__WORK TO BE COMPLETED__
Could you reproduce the lines below from the one with "#16=DIRECTION('',(0.,1.,0.));" through the one with "#72=ORIENTED_EDGE('',*,*,#48,.T.);"? Keep both ends and add nothing.

(SUPPLIED RECORDS begins)

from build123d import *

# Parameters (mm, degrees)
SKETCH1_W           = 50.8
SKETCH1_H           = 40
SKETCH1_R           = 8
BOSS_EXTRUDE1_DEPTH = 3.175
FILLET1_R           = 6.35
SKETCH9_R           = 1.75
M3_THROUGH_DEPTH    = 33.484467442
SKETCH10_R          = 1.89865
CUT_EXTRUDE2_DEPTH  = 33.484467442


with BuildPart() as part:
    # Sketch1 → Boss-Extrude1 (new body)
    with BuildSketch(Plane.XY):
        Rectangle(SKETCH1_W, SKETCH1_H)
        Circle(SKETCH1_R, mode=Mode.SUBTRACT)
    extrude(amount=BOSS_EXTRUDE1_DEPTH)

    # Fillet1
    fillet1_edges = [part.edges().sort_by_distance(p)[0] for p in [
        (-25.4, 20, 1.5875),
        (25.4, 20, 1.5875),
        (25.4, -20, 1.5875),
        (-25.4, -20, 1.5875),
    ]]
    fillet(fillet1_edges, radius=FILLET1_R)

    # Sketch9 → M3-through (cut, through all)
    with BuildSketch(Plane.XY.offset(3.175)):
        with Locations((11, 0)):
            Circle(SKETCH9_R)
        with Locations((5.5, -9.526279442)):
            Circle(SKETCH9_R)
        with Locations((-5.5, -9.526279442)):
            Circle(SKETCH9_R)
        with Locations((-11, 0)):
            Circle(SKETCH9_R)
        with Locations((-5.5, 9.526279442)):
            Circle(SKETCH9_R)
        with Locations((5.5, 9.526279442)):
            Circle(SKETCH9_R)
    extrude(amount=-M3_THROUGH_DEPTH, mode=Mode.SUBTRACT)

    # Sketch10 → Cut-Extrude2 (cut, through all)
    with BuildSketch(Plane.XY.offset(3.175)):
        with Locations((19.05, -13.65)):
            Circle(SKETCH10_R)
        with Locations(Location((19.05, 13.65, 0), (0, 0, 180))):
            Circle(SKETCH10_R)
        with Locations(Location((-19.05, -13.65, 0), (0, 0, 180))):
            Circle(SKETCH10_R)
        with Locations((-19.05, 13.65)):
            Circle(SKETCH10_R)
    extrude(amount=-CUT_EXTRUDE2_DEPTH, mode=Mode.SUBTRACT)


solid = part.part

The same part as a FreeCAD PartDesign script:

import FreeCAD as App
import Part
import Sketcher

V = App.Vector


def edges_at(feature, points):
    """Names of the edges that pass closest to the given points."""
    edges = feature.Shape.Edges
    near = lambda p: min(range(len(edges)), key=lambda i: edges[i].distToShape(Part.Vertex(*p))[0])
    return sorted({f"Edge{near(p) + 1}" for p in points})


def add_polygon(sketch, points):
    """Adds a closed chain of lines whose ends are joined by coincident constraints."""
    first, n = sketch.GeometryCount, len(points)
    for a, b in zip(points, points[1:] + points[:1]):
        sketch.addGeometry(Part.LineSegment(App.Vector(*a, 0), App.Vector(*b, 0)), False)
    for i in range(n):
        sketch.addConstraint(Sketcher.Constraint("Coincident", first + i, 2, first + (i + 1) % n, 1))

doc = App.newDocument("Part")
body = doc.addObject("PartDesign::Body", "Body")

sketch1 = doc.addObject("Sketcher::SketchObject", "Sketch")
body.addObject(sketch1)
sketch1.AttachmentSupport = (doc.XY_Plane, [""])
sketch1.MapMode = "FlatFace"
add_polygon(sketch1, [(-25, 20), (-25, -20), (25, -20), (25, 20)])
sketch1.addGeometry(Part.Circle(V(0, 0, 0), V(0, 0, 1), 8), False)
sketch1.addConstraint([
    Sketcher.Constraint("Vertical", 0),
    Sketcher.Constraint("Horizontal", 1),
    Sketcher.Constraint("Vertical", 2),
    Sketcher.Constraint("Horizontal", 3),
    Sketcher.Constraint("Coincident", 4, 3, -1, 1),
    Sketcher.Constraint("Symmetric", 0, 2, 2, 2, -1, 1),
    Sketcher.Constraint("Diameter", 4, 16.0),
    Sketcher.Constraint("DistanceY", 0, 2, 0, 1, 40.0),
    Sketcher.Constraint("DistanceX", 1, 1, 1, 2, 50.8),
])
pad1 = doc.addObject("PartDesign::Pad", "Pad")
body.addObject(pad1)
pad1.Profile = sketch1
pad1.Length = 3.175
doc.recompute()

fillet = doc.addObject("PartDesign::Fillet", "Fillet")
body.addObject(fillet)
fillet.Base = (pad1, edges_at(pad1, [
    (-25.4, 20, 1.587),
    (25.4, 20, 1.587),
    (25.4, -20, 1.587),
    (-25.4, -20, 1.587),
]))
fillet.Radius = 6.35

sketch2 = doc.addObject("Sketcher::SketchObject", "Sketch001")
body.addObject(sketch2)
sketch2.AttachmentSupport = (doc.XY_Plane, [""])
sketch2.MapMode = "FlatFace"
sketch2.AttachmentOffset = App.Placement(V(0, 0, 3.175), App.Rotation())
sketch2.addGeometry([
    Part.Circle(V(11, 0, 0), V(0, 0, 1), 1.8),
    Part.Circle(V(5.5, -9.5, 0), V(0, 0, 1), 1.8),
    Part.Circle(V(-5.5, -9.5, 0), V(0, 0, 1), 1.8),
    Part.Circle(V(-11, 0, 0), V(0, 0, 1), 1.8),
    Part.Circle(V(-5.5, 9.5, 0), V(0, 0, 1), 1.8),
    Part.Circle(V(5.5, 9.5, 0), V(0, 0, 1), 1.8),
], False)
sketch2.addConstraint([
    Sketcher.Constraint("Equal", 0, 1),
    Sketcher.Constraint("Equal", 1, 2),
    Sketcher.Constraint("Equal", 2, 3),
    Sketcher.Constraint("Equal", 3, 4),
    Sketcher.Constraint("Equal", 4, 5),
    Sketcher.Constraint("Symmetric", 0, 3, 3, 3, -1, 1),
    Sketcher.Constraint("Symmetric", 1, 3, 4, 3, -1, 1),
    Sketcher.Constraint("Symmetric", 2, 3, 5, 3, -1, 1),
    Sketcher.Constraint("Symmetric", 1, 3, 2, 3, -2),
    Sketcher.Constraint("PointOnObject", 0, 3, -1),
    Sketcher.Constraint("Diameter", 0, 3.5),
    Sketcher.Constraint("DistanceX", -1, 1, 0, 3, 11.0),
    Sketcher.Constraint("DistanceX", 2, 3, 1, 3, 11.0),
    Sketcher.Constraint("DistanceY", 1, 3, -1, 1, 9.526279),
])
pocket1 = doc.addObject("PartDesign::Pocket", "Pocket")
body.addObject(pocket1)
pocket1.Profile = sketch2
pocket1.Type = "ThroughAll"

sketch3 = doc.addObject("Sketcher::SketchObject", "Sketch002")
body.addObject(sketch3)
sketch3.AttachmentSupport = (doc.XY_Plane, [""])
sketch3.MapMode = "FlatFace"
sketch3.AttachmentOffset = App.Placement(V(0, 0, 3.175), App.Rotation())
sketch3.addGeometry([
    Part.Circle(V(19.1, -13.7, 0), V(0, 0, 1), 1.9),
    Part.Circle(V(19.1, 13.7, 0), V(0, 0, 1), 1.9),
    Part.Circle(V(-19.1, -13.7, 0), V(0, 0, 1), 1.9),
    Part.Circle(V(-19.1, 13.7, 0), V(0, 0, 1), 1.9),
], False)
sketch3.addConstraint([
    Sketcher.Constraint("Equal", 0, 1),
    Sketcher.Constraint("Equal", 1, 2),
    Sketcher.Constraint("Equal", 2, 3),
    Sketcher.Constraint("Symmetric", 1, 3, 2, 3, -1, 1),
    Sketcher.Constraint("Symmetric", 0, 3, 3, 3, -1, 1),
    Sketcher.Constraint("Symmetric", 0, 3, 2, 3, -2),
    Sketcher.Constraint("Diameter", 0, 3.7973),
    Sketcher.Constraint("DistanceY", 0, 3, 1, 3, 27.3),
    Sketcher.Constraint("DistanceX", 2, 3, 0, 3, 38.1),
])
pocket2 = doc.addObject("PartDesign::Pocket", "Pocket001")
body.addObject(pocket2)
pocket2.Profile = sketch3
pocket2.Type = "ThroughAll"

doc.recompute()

(SUPPLIED RECORDS ends)
(SUPPLIED RECORDS begins)

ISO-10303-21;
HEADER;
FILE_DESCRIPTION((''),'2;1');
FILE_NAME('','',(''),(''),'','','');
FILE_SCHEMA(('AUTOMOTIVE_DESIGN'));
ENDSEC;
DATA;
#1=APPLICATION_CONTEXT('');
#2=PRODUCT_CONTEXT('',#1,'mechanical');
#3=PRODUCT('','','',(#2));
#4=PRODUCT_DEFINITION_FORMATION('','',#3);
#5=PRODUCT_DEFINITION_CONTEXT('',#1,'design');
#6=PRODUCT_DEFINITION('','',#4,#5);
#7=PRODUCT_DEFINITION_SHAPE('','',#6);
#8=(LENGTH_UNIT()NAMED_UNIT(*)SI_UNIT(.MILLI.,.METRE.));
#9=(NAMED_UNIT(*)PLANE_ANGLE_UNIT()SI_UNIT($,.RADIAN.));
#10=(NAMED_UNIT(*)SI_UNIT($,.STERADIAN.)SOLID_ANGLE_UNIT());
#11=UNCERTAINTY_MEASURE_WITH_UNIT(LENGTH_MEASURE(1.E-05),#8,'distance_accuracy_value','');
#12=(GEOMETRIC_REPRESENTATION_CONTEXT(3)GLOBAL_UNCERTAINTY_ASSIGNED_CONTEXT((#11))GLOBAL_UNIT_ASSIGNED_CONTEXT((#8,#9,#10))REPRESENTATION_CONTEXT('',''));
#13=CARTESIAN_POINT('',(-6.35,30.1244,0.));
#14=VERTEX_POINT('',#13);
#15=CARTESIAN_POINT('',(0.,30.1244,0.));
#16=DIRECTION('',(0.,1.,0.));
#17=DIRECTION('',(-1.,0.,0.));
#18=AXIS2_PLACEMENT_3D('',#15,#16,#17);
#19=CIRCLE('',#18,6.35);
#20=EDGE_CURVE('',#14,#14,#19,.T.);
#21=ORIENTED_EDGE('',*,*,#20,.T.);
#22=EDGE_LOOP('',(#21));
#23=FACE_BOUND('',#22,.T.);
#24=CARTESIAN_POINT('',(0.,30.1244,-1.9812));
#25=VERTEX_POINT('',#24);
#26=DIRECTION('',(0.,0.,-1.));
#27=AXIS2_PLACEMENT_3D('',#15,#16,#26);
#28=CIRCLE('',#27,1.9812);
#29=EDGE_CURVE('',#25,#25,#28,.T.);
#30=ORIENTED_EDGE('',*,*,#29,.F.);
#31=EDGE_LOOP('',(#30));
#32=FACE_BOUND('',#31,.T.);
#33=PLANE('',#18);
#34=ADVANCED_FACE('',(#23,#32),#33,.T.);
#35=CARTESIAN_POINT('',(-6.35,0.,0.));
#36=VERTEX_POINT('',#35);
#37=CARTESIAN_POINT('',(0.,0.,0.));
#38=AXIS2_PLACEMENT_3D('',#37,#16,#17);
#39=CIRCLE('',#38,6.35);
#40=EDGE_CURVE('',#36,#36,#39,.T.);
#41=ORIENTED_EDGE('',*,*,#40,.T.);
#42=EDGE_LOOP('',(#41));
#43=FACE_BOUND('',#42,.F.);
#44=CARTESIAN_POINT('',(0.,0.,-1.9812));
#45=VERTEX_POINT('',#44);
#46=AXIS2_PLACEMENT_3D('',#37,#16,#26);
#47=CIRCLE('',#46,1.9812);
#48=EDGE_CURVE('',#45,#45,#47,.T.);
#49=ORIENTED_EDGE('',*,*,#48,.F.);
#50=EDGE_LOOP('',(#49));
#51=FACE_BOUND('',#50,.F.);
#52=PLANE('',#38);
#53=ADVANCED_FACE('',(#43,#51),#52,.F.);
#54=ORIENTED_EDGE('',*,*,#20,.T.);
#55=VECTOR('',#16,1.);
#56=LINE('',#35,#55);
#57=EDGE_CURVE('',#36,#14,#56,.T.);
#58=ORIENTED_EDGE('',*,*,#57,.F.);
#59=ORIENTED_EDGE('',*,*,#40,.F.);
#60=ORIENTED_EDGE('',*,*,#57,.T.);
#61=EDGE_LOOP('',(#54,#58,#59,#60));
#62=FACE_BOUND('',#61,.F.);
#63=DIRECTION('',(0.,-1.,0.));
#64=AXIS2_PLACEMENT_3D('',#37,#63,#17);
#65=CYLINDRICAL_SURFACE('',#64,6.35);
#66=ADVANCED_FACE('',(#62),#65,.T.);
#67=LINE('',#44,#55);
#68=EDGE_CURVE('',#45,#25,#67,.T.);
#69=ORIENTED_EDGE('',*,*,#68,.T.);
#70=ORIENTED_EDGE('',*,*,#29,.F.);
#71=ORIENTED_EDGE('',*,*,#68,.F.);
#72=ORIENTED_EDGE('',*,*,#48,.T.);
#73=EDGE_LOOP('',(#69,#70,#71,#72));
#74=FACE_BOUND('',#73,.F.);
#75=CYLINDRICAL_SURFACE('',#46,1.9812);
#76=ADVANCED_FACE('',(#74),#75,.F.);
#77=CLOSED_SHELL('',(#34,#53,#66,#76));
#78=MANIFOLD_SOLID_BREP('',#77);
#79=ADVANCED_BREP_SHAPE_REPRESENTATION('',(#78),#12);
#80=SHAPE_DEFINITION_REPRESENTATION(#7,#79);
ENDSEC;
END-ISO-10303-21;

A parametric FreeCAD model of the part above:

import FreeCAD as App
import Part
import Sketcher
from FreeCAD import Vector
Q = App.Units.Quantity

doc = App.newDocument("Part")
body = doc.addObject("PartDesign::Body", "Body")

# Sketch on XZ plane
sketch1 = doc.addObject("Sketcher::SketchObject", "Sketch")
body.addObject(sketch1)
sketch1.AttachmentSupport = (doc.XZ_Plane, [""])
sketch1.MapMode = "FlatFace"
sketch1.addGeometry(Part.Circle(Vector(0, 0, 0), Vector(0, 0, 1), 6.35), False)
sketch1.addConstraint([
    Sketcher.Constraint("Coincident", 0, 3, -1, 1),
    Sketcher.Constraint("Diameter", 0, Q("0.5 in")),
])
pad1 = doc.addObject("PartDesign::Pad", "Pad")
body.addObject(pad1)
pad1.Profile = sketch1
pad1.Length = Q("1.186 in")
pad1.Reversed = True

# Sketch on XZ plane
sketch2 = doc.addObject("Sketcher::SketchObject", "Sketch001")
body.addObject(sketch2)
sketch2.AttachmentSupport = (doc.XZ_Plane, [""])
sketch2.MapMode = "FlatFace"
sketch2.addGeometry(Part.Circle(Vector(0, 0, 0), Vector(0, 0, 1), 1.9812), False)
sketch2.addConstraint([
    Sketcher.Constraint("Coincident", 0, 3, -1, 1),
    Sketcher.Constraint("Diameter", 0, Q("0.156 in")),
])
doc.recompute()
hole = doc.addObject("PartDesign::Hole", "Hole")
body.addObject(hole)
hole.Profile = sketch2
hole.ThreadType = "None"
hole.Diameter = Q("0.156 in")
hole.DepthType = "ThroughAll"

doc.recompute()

(SUPPLIED RECORDS ends)

__COMPLETED EXERCISE__
#16=DIRECTION('',(0.,1.,0.));
#17=DIRECTION('',(-1.,0.,0.));
#18=AXIS2_PLACEMENT_3D('',#15,#16,#17);
#19=CIRCLE('',#18,6.35);
#20=EDGE_CURVE('',#14,#14,#19,.T.);
#21=ORIENTED_EDGE('',*,*,#20,.T.);
#22=EDGE_LOOP('',(#21));
#23=FACE_BOUND('',#22,.T.);
#24=CARTESIAN_POINT('',(0.,30.1244,-1.9812));
#25=VERTEX_POINT('',#24);
#26=DIRECTION('',(0.,0.,-1.));
#27=AXIS2_PLACEMENT_3D('',#15,#16,#26);
#28=CIRCLE('',#27,1.9812);
#29=EDGE_CURVE('',#25,#25,#28,.T.);
#30=ORIENTED_EDGE('',*,*,#29,.F.);
#31=EDGE_LOOP('',(#30));
#32=FACE_BOUND('',#31,.T.);
#33=PLANE('',#18);
#34=ADVANCED_FACE('',(#23,#32),#33,.T.);
#35=CARTESIAN_POINT('',(-6.35,0.,0.));
#36=VERTEX_POINT('',#35);
#37=CARTESIAN_POINT('',(0.,0.,0.));
#38=AXIS2_PLACEMENT_3D('',#37,#16,#17);
#39=CIRCLE('',#38,6.35);
#40=EDGE_CURVE('',#36,#36,#39,.T.);
#41=ORIENTED_EDGE('',*,*,#40,.T.);
#42=EDGE_LOOP('',(#41));
#43=FACE_BOUND('',#42,.F.);
#44=CARTESIAN_POINT('',(0.,0.,-1.9812));
#45=VERTEX_POINT('',#44);
#46=AXIS2_PLACEMENT_3D('',#37,#16,#26);
#47=CIRCLE('',#46,1.9812);
#48=EDGE_CURVE('',#45,#45,#47,.T.);
#49=ORIENTED_EDGE('',*,*,#48,.F.);
#50=EDGE_LOOP('',(#49));
#51=FACE_BOUND('',#50,.F.);
#52=PLANE('',#38);
#53=ADVANCED_FACE('',(#43,#51),#52,.F.);
#54=ORIENTED_EDGE('',*,*,#20,.T.);
#55=VECTOR('',#16,1.);
#56=LINE('',#35,#55);
#57=EDGE_CURVE('',#36,#14,#56,.T.);
#58=ORIENTED_EDGE('',*,*,#57,.F.);
#59=ORIENTED_EDGE('',*,*,#40,.F.);
#60=ORIENTED_EDGE('',*,*,#57,.T.);
#61=EDGE_LOOP('',(#54,#58,#59,#60));
#62=FACE_BOUND('',#61,.F.);
#63=DIRECTION('',(0.,-1.,0.));
#64=AXIS2_PLACEMENT_3D('',#37,#63,#17);
#65=CYLINDRICAL_SURFACE('',#64,6.35);
#66=ADVANCED_FACE('',(#62),#65,.T.);
#67=LINE('',#44,#55);
#68=EDGE_CURVE('',#45,#25,#67,.T.);
#69=ORIENTED_EDGE('',*,*,#68,.T.);
#70=ORIENTED_EDGE('',*,*,#29,.F.);
#71=ORIENTED_EDGE('',*,*,#68,.F.);
#72=ORIENTED_EDGE('',*,*,#48,.T.);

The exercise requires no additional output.